Where the listing below reaches the line containing "chamfer2_edges = [part.edges().sort_by_distance(p)[0]", start writing out lines exactly, and stop once the line containing "Rebuilt in FreeCAD, every" has been written.
#### DATA PROVIDED ####
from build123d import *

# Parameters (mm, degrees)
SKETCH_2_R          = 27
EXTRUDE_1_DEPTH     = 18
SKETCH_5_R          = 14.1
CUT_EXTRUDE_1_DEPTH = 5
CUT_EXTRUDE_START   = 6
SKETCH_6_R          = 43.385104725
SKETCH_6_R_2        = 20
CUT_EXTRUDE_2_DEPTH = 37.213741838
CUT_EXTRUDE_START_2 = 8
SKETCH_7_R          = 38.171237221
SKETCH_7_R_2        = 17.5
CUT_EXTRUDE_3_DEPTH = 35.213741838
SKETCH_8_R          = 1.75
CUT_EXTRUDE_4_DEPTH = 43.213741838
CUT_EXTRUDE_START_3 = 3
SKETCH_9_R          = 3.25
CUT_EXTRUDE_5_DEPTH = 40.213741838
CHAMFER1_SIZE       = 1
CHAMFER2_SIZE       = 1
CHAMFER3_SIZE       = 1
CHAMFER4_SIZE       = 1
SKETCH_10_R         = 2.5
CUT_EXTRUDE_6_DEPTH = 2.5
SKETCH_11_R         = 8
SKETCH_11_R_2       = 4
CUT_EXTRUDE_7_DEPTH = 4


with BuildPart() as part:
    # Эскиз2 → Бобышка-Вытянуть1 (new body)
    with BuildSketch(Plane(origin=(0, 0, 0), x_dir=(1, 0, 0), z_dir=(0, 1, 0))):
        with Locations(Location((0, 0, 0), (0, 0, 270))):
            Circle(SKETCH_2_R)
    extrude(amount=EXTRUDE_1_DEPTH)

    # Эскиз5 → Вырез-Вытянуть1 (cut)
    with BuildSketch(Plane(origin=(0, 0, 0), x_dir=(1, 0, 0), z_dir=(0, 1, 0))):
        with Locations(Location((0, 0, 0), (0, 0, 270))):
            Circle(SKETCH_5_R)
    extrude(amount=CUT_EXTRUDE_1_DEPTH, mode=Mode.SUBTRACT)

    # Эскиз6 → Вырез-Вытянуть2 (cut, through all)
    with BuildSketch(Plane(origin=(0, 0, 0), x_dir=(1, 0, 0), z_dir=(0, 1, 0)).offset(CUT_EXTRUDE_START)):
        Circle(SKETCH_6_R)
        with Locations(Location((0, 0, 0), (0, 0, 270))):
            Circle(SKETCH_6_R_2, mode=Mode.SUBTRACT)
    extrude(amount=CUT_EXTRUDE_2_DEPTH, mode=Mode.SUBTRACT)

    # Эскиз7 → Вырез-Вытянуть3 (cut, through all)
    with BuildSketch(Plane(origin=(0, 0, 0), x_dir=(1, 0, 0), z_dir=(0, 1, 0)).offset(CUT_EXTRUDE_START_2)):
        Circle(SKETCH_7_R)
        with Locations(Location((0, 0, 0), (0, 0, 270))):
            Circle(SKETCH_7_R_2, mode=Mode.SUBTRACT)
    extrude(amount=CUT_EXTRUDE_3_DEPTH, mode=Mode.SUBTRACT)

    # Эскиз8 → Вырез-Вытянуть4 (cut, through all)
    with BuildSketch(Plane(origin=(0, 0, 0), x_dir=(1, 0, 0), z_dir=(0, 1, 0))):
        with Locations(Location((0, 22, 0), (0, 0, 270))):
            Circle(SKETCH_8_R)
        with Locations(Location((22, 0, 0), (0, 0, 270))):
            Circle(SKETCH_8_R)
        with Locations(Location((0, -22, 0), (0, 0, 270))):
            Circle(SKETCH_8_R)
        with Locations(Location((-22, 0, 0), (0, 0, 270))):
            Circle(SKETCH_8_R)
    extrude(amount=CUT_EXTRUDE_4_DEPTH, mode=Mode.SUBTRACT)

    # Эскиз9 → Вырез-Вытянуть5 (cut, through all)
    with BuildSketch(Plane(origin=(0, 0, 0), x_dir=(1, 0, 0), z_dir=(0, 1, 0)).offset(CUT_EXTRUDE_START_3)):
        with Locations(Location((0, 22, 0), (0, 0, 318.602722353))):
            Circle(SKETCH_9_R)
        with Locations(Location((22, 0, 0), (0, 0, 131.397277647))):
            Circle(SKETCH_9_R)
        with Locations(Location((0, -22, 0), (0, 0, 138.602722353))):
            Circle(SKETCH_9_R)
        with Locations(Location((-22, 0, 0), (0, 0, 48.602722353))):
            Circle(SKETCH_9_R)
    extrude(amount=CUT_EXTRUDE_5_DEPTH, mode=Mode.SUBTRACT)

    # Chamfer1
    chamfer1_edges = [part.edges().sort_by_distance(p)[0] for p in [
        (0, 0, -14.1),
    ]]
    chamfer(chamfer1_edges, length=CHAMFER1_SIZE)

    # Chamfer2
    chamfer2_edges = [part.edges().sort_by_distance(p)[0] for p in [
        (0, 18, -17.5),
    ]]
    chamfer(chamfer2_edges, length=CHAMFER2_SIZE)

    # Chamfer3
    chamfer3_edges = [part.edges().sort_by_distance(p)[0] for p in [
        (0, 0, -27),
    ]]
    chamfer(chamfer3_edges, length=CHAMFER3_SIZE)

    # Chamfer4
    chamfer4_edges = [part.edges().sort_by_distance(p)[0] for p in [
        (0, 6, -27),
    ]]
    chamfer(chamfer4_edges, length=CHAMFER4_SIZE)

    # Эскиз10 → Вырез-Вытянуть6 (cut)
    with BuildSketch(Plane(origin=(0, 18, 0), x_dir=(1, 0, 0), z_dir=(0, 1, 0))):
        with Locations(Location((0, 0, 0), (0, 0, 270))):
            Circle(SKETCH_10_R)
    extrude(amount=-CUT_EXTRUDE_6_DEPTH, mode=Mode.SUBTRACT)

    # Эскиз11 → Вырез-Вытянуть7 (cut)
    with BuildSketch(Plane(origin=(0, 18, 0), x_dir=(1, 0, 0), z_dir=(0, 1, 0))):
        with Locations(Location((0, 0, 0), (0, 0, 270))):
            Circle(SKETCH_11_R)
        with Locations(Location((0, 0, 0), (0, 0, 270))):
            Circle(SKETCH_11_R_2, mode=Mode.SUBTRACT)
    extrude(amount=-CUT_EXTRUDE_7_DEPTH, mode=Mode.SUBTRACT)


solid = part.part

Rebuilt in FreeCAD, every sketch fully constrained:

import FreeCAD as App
import Part
import Sketcher
from FreeCAD import Vector
Q = App.Units.Quantity


def edges_at(feature, points):
    """Names of the edges that pass closest to the given points."""
    edges = feature.Shape.Edges
    near = lambda p: min(range(len(edges)), key=lambda i: edges[i].distToShape(Part.Vertex(*p))[0])
    return sorted({f"Edge{near(p) + 1}" for p in points})

doc = App.newDocument("Part")
params = doc.addObject("Spreadsheet::Sheet", "Params")
for row, (alias, value) in enumerate([
    ("sketch1_diameter", "54 mm"),
    ("pad1_length", "18 mm"),
    ("sketch2_diameter", "28.2 mm"),
    ("pocket1_length", "5 mm"),
    ("sketch3_diameter", "40 mm"),
    ("sketch4_diameter", "35 mm"),
    ("sketch5_diameter", "3.5 mm"),
    ("sketch6_diameter", "6.5 mm"),
    ("chamfer_size", "1 mm"),
    ("chamfer2_size", "1 mm"),
    ("chamfer3_size", "1 mm"),
    ("chamfer4_size", "1 mm"),
    ("sketch7_diameter", "5 mm"),
    ("pocket6_length", "2.5 mm"),
    ("sketch8_diameter", "16 mm"),
    ("sketch8_diameter2", "8 mm"),
    ("pocket7_length", "4 mm"),
], start=1):
    params.set(f"A{row}", alias)
    params.set(f"B{row}", "=" + value)
    params.setAlias(f"B{row}", alias)

body = doc.addObject("PartDesign::Body", "Body")

# Sketch on XZ plane
sketch1 = body.newObject("Sketcher::SketchObject", "Sketch")
sketch1.AttachmentSupport = (doc.getObject("XZ_Plane"), [""])
sketch1.MapMode = "FlatFace"
sketch1.addGeometry(Part.Circle(Vector(0, 0, 0), Vector(0, 0, 1), 27), False)
sketch1.addConstraint([
    Sketcher.Constraint("Coincident", 0, 3, -1, 1),
    Sketcher.Constraint("Diameter", 0, Q("54 mm")),
])
sketch1.setExpression("Constraints[1]", "Params.sketch1_diameter")
pad1 = body.newObject("PartDesign::Pad", "Pad")
pad1.Profile = sketch1
pad1.setExpression("Length", "Params.pad1_length")
pad1.Reversed = True

# Sketch on XZ plane
sketch2 = body.newObject("Sketcher::SketchObject", "Sketch001")
sketch2.AttachmentSupport = (doc.getObject("XZ_Plane"), [""])
sketch2.MapMode = "FlatFace"
sketch2.addGeometry(Part.Circle(Vector(0, 0, 0), Vector(0, 0, 1), 14), False)
sketch2.addConstraint([
    Sketcher.Constraint("Coincident", 0, 3, -1, 1),
    Sketcher.Constraint("Diameter", 0, Q("28.2 mm")),
])
sketch2.setExpression("Constraints[1]", "Params.sketch2_diameter")
pocket1 = body.newObject("PartDesign::Pocket", "Pocket")
pocket1.Profile = sketch2
pocket1.setExpression("Length", "Params.pocket1_length")

# Sketch on XZ plane
sketch3 = body.newObject("Sketcher::SketchObject", "Sketch002")
sketch3.AttachmentSupport = (doc.getObject("XZ_Plane"), [""])
sketch3.MapMode = "FlatFace"
sketch3.AttachmentOffset = App.Placement(Vector(0, 0, -6), App.Rotation())
sketch3.addGeometry([
    Part.Circle(Vector(0, 0, 0), Vector(0, 0, 1), 43),
    Part.Circle(Vector(0, 0, 0), Vector(0, 0, 1), 20),
], False)
sketch3.addConstraint([
    Sketcher.Constraint("Coincident", 0, 3, -1, 1),
    Sketcher.Constraint("Coincident", 1, 3, -1, 1),
    Sketcher.Constraint("Diameter", 1, Q("40 mm")),
    Sketcher.Constraint("Diameter", 0, Q("86.770209 mm")),
])
sketch3.setExpression("Constraints[2]", "Params.sketch3_diameter")
pocket2 = body.newObject("PartDesign::Pocket", "Pocket001")
pocket2.Profile = sketch3
pocket2.Type = "ThroughAll"

# Sketch on XZ plane
sketch4 = body.newObject("Sketcher::SketchObject", "Sketch003")
sketch4.AttachmentSupport = (doc.getObject("XZ_Plane"), [""])
sketch4.MapMode = "FlatFace"
sketch4.AttachmentOffset = App.Placement(Vector(0, 0, -8), App.Rotation())
sketch4.addGeometry([
    Part.Circle(Vector(0, 0, 0), Vector(0, 0, 1), 38),
    Part.Circle(Vector(0, 0, 0), Vector(0, 0, 1), 18),
], False)
sketch4.addConstraint([
    Sketcher.Constraint("Coincident", 0, 3, -1, 1),
    Sketcher.Constraint("Coincident", 1, 3, -1, 1),
    Sketcher.Constraint("Diameter", 1, Q("35 mm")),
    Sketcher.Constraint("Diameter", 0, Q("76.342474 mm")),
])
sketch4.setExpression("Constraints[2]", "Params.sketch4_diameter")
pocket3 = body.newObject("PartDesign::Pocket", "Pocket002")
pocket3.Profile = sketch4
pocket3.Type = "ThroughAll"

# Sketch on XZ plane
sketch5 = body.newObject("Sketcher::SketchObject", "Sketch004")
sketch5.AttachmentSupport = (doc.getObject("XZ_Plane"), [""])
sketch5.MapMode = "FlatFace"
sketch5.addGeometry([
    Part.Circle(Vector(0, -22, 0), Vector(0, 0, 1), 1.8),
    Part.Circle(Vector(22, 0, 0), Vector(0, 0, 1), 1.8),
    Part.Circle(Vector(0, 22, 0), Vector(0, 0, 1), 1.8),
    Part.Circle(Vector(-22, 0, 0), Vector(0, 0, 1), 1.8),
], False)
sketch5.addConstraint([
    Sketcher.Constraint("Equal", 0, 1),
    Sketcher.Constraint("Equal", 1, 2),
    Sketcher.Constraint("Equal", 2, 3),
    Sketcher.Constraint("Symmetric", 0, 3, 2, 3, -1, 1),
    Sketcher.Constraint("Symmetric", 1, 3, 3, 3, -1, 1),
    Sketcher.Constraint("PointOnObject", 0, 3, -2),
    Sketcher.Constraint("PointOnObject", 1, 3, -1),
    Sketcher.Constraint("Diameter", 0, Q("3.5 mm")),
    Sketcher.Constraint("DistanceY", 0, 3, -1, 1, Q("22 mm")),
    Sketcher.Constraint("DistanceX", -1, 1, 1, 3, Q("22 mm")),
])
sketch5.setExpression("Constraints[7]", "Params.sketch5_diameter")
pocket4 = body.newObject("PartDesign::Pocket", "Pocket003")
pocket4.Profile = sketch5
pocket4.Type = "ThroughAll"

# Sketch on XZ plane
sketch6 = body.newObject("Sketcher::SketchObject", "Sketch005")
sketch6.AttachmentSupport = (doc.getObject("XZ_Plane"), [""])
sketch6.MapMode = "FlatFace"
sketch6.AttachmentOffset = App.Placement(Vector(0, 0, -3), App.Rotation())
sketch6.addGeometry([
    Part.Circle(Vector(0, -22, 0), Vector(0, 0, 1), 3.2),
    Part.Circle(Vector(22, 0, 0), Vector(0, 0, 1), 3.2),
    Part.Circle(Vector(0, 22, 0), Vector(0, 0, 1), 3.2),
    Part.Circle(Vector(-22, 0, 0), Vector(0, 0, 1), 3.2),
], False)
sketch6.addConstraint([
    Sketcher.Constraint("Equal", 0, 1),
    Sketcher.Constraint("Equal", 1, 2),
    Sketcher.Constraint("Equal", 2, 3),
    Sketcher.Constraint("Symmetric", 0, 3, 2, 3, -1, 1),
    Sketcher.Constraint("Symmetric", 1, 3, 3, 3, -1, 1),
    Sketcher.Constraint("PointOnObject", 0, 3, -2),
    Sketcher.Constraint("PointOnObject", 1, 3, -1),
    Sketcher.Constraint("Diameter", 0, Q("6.5 mm")),
    Sketcher.Constraint("DistanceY", 0, 3, -1, 1, Q("22 mm")),
    Sketcher.Constraint("DistanceX", -1, 1, 1, 3, Q("22 mm")),
])
sketch6.setExpression("Constraints[7]", "Params.sketch6_diameter")
pocket5 = body.newObject("PartDesign::Pocket", "Pocket004")
pocket5.Profile = sketch6
pocket5.Type = "ThroughAll"
doc.recompute()

chamfer = body.newObject("PartDesign::Chamfer", "Chamfer")
chamfer.Base = (pocket5, edges_at(pocket5, [(0, 0, -14.1)]))
chamfer.setExpression("Size", "Params.chamfer_size")
doc.recompute()

chamfer2 = body.newObject("PartDesign::Chamfer", "Chamfer001")
chamfer2.Base = (chamfer, edges_at(chamfer, [(0, 18, -17.5)]))
chamfer2.setExpression("Size", "Params.chamfer2_size")
doc.recompute()

chamfer3 = body.newObject("PartDesign::Chamfer", "Chamfer002")
chamfer3.Base = (chamfer2, edges_at(chamfer2, [(0, 0, -27)]))
chamfer3.setExpression("Size", "Params.chamfer3_size")
doc.recompute()

chamfer4 = body.newObject("PartDesign::Chamfer", "Chamfer003")
chamfer4.Base = (chamfer3, edges_at(chamfer3, [(0, 6, -27)]))
chamfer4.setExpression("Size", "Params.chamfer4_size")

# Sketch on XZ plane
sketch7 = body.newObject("Sketcher::SketchObject", "Sketch006")
sketch7.AttachmentSupport = (doc.getObject("XZ_Plane"), [""])
sketch7.MapMode = "FlatFace"
sketch7.AttachmentOffset = App.Placement(Vector(0, 0, -18), App.Rotation())
sketch7.addGeometry(Part.Circle(Vector(0, 0, 0), Vector(0, 0, 1), 2.5), False)
sketch7.addConstraint([
    Sketcher.Constraint("Coincident", 0, 3, -1, 1),
    Sketcher.Constraint("Diameter", 0, Q("5 mm")),
])
sketch7.setExpression("Constraints[1]", "Params.sketch7_diameter")
pocket6 = body.newObject("PartDesign::Pocket", "Pocket005")
pocket6.Profile = sketch7
pocket6.setExpression("Length", "Params.pocket6_length")
pocket6.Reversed = True

# Sketch on XZ plane
sketch8 = body.newObject("Sketcher::SketchObject", "Sketch007")
sketch8.AttachmentSupport = (doc.getObject("XZ_Plane"), [""])
sketch8.MapMode = "FlatFace"
sketch8.AttachmentOffset = App.Placement(Vector(0, 0, -18), App.Rotation())
sketch8.addGeometry([
    Part.Circle(Vector(0, 0, 0), Vector(0, 0, 1), 8),
    Part.Circle(Vector(0, 0, 0), Vector(0, 0, 1), 4),
], False)
sketch8.addConstraint([
    Sketcher.Constraint("Coincident", 0, 3, -1, 1),
    Sketcher.Constraint("Coincident", 1, 3, -1, 1),
    Sketcher.Constraint("Diameter", 0, Q("16 mm")),
    Sketcher.Constraint("Diameter", 1, Q("8 mm")),
])
sketch8.setExpression("Constraints[2]", "Params.sketch8_diameter")
sketch8.setExpression("Constraints[3]", "Params.sketch8_diameter2")
pocket7 = body.newObject("PartDesign::Pocket", "Pocket006")
pocket7.Profile = sketch8
pocket7.setExpression("Length", "Params.pocket7_length")
pocket7.Reversed = True

doc.recompute()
####
ANSWER AREA:
    chamfer2_edges = [part.edges().sort_by_distance(p)[0] for p in [
        (0, 18, -17.5),
    ]]
    chamfer(chamfer2_edges, length=CHAMFER2_SIZE)

    # Chamfer3
    chamfer3_edges = [part.edges().sort_by_distance(p)[0] for p in [
        (0, 0, -27),
    ]]
    chamfer(chamfer3_edges, length=CHAMFER3_SIZE)

    # Chamfer4
    chamfer4_edges = [part.edges().sort_by_distance(p)[0] for p in [
        (0, 6, -27),
    ]]
    chamfer(chamfer4_edges, length=CHAMFER4_SIZE)

    # Эскиз10 → Вырез-Вытянуть6 (cut)
    with BuildSketch(Plane(origin=(0, 18, 0), x_dir=(1, 0, 0), z_dir=(0, 1, 0))):
        with Locations(Location((0, 0, 0), (0, 0, 270))):
            Circle(SKETCH_10_R)
    extrude(amount=-CUT_EXTRUDE_6_DEPTH, mode=Mode.SUBTRACT)

    # Эскиз11 → Вырез-Вытянуть7 (cut)
    with BuildSketch(Plane(origin=(0, 18, 0), x_dir=(1, 0, 0), z_dir=(0, 1, 0))):
        with Locations(Location((0, 0, 0), (0, 0, 270))):
            Circle(SKETCH_11_R)
        with Locations(Location((0, 0, 0), (0, 0, 270))):
            Circle(SKETCH_11_R_2, mode=Mode.SUBTRACT)
    extrude(amount=-CUT_EXTRUDE_7_DEPTH, mode=Mode.SUBTRACT)


solid = part.part

Rebuilt in FreeCAD, every sketch fully constrained:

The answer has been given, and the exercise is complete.